Source information =
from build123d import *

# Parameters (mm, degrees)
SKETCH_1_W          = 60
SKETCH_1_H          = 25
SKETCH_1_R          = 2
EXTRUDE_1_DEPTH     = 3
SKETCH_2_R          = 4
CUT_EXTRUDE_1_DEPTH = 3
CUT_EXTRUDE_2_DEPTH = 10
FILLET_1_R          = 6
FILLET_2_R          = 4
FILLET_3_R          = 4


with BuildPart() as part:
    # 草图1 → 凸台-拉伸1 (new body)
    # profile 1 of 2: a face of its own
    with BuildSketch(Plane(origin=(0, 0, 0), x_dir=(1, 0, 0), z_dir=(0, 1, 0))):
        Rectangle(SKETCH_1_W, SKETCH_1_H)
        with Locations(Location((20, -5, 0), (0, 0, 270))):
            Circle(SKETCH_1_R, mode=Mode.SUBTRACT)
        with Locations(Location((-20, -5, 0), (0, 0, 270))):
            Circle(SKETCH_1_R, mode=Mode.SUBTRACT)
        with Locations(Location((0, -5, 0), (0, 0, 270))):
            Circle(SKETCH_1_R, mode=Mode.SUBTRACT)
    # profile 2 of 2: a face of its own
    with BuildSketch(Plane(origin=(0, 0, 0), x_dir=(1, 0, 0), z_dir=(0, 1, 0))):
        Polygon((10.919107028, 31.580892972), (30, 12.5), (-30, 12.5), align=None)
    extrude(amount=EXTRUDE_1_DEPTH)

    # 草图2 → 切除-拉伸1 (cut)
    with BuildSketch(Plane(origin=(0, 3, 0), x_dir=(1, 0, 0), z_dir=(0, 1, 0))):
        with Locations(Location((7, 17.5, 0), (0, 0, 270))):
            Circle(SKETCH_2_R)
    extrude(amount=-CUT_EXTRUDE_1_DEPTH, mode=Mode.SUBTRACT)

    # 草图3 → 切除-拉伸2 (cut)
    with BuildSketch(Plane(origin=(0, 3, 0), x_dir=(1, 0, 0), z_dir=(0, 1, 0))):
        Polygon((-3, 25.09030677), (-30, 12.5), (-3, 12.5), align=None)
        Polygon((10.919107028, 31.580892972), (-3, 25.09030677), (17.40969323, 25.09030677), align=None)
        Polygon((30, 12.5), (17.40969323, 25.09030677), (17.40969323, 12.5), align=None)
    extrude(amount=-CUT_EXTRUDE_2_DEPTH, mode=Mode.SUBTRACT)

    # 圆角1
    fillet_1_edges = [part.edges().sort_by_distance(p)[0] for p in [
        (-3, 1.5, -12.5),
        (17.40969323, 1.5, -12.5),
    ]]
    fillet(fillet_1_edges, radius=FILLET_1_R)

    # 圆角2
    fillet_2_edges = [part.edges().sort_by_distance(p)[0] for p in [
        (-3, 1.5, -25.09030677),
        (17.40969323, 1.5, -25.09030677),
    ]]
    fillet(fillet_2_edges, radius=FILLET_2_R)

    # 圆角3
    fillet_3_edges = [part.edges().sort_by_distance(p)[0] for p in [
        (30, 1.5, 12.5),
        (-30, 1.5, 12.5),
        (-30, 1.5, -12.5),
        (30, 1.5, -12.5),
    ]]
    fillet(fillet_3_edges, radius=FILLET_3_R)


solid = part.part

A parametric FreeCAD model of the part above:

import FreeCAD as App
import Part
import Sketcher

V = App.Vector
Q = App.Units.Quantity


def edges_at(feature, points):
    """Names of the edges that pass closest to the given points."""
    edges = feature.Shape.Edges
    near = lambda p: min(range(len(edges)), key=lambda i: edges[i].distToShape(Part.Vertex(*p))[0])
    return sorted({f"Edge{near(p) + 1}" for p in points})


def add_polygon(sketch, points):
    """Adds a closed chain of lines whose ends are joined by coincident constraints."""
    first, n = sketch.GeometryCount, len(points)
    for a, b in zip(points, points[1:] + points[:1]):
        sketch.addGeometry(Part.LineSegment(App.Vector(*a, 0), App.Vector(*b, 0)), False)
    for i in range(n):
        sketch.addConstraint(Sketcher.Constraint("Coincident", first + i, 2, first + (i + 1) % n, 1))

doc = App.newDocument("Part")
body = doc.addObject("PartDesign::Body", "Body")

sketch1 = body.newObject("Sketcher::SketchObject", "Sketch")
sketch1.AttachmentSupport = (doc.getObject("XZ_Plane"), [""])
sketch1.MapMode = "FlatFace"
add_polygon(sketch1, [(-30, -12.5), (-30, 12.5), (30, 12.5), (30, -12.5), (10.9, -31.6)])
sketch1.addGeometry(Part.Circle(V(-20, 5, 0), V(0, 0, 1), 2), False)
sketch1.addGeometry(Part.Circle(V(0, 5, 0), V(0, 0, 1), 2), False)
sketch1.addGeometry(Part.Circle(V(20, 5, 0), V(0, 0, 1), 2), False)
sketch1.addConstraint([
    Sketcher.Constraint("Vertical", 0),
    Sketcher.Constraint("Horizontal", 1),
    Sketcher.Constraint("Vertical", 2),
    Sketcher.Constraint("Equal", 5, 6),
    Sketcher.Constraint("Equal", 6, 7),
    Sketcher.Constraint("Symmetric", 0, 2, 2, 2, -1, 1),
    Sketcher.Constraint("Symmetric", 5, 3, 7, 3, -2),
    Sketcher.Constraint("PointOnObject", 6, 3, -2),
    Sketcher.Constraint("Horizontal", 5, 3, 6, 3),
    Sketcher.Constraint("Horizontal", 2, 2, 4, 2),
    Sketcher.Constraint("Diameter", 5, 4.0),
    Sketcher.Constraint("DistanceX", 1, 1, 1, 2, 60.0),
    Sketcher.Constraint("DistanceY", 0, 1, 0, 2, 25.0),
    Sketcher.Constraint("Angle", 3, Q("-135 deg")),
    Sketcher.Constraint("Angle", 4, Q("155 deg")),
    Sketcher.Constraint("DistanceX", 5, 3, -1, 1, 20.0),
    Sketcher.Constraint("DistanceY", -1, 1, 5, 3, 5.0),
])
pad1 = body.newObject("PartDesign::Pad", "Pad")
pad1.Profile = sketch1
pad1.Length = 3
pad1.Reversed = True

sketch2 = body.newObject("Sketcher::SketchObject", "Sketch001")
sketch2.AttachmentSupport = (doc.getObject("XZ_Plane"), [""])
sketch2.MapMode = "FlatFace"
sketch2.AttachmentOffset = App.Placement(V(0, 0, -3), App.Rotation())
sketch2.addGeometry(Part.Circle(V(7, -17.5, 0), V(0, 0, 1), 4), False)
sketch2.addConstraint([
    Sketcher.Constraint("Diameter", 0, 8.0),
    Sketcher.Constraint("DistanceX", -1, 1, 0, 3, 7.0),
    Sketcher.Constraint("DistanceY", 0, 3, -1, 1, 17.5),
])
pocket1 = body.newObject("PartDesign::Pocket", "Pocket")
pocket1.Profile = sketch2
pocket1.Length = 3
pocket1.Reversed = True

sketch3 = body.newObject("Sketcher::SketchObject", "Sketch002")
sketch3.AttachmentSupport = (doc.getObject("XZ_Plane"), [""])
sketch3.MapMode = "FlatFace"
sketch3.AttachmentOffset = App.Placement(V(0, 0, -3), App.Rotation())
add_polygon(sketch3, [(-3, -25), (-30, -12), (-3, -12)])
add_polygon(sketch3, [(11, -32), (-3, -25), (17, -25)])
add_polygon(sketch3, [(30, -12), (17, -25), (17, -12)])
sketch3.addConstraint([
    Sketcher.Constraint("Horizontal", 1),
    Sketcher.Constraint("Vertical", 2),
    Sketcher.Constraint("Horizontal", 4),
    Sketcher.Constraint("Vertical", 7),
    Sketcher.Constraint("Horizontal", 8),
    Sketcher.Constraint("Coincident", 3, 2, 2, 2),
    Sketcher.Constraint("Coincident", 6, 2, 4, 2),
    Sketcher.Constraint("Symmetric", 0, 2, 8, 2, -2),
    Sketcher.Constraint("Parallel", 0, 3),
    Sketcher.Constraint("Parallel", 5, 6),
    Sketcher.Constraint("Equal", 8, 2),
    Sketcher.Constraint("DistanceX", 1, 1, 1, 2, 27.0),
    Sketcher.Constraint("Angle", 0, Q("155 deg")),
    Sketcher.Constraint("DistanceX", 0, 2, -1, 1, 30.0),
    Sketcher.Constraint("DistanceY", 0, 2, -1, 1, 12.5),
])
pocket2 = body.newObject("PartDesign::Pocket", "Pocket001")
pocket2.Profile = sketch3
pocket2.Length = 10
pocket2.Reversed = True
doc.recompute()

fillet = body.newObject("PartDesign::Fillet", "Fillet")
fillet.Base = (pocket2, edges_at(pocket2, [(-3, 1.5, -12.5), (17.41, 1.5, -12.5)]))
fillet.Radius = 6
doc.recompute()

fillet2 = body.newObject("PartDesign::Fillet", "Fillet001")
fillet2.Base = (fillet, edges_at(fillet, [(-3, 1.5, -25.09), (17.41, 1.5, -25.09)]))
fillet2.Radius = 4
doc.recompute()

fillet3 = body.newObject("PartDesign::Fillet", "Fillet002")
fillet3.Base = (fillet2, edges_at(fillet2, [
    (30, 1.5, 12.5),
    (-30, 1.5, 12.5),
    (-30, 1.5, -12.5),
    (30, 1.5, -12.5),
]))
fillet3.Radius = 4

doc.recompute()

==

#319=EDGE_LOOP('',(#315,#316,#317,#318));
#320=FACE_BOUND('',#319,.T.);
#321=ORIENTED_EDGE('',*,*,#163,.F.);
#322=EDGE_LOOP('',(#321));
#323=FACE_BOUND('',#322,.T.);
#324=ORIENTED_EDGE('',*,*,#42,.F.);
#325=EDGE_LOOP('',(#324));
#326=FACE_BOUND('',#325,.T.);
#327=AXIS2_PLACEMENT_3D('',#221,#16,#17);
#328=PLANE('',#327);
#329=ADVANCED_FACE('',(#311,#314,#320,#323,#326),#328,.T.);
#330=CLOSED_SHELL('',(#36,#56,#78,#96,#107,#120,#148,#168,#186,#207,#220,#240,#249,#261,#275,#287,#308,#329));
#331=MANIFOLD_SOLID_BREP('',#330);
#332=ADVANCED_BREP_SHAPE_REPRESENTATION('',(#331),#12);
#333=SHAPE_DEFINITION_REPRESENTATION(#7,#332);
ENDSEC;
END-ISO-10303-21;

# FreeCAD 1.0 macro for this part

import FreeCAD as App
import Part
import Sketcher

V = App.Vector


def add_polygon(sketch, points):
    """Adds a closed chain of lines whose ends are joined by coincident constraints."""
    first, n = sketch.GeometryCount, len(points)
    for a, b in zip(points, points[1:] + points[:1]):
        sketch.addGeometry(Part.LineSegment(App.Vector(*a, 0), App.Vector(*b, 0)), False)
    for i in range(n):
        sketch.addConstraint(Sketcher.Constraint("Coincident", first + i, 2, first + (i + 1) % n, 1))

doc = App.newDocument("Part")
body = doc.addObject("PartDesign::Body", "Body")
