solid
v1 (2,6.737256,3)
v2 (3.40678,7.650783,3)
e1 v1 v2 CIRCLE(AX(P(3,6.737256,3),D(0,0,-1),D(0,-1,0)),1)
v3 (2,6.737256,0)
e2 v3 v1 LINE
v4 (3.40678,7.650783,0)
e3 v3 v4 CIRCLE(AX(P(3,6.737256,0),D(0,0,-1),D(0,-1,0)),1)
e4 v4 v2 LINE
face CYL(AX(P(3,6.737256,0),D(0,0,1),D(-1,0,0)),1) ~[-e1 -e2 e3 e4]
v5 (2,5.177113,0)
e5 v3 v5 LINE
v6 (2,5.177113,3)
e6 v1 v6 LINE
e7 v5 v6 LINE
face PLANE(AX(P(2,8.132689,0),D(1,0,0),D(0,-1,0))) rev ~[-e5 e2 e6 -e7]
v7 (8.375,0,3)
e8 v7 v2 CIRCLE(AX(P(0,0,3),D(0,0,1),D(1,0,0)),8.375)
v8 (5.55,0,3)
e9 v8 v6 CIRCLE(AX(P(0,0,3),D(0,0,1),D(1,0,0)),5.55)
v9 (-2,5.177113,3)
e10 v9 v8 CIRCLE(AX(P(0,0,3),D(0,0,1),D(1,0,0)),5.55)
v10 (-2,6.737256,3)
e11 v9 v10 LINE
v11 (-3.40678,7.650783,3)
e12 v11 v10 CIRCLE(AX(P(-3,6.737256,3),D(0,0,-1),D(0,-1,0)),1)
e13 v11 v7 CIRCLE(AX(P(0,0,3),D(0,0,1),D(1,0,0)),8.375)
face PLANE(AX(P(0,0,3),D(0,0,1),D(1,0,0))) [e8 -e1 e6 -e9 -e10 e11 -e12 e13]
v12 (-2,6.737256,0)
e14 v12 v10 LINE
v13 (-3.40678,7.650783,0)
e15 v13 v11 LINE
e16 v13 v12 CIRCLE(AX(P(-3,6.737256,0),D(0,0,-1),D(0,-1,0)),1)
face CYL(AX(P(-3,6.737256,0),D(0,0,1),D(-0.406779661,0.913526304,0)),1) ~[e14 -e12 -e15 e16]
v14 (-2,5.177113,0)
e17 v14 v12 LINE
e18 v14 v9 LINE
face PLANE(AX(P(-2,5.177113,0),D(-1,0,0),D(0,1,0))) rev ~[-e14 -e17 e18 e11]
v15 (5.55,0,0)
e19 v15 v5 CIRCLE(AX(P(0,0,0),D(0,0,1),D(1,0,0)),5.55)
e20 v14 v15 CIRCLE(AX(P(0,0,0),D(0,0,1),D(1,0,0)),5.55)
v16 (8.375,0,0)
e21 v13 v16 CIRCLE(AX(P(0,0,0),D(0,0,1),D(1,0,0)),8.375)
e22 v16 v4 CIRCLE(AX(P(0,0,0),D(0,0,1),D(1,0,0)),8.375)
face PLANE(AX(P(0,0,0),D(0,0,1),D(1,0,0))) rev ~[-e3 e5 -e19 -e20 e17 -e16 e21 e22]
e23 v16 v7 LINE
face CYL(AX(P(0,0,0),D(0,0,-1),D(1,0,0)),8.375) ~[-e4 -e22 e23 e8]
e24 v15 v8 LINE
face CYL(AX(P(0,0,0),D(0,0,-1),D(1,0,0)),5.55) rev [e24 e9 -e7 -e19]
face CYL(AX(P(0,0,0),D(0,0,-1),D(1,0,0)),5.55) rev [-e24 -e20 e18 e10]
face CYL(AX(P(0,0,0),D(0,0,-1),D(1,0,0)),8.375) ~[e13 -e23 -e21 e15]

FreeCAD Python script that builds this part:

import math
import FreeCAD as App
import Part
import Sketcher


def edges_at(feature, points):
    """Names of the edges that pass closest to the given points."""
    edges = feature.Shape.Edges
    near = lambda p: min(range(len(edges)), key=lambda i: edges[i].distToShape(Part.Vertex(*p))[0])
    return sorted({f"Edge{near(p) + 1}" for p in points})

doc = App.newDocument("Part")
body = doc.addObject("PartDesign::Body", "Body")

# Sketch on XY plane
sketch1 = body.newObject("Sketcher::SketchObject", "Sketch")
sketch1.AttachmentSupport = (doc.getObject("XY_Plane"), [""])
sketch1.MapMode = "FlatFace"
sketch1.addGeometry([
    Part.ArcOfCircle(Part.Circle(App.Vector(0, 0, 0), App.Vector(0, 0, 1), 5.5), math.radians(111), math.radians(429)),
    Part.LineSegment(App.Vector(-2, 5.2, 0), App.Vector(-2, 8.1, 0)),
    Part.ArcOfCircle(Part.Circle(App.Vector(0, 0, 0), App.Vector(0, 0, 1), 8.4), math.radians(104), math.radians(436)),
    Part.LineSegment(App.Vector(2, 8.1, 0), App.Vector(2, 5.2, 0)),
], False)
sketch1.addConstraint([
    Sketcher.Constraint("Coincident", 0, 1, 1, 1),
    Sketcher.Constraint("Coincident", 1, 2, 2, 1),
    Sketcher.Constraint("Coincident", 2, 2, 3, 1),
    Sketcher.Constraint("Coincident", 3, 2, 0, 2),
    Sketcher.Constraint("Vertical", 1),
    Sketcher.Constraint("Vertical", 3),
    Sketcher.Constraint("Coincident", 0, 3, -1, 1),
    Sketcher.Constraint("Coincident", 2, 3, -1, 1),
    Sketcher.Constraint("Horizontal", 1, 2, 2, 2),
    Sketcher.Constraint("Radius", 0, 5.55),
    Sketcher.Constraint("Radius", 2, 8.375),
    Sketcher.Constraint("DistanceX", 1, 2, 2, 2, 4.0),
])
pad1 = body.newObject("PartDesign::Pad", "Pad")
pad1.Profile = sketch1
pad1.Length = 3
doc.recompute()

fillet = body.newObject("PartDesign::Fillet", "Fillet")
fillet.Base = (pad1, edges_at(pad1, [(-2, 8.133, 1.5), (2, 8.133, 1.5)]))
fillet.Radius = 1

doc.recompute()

Exercise objective =
In the entries above, find the line with "e14 v12 v10 LINE" and the line with "e21 v13 v16", then set down exactly those two and every line between them, nothing else.

Your solution =
e14 v12 v10 LINE
v13 (-3.40678,7.650783,0)
e15 v13 v11 LINE
e16 v13 v12 CIRCLE(AX(P(-3,6.737256,0),D(0,0,-1),D(0,-1,0)),1)
face CYL(AX(P(-3,6.737256,0),D(0,0,1),D(-0.406779661,0.913526304,0)),1) ~[e14 -e12 -e15 e16]
v14 (-2,5.177113,0)
e17 v14 v12 LINE
e18 v14 v9 LINE
face PLANE(AX(P(-2,5.177113,0),D(-1,0,0),D(0,1,0))) rev ~[-e14 -e17 e18 e11]
v15 (5.55,0,0)
e19 v15 v5 CIRCLE(AX(P(0,0,0),D(0,0,1),D(1,0,0)),5.55)
e20 v14 v15 CIRCLE(AX(P(0,0,0),D(0,0,1),D(1,0,0)),5.55)
v16 (8.375,0,0)
e21 v13 v16 CIRCLE(AX(P(0,0,0),D(0,0,1),D(1,0,0)),8.375)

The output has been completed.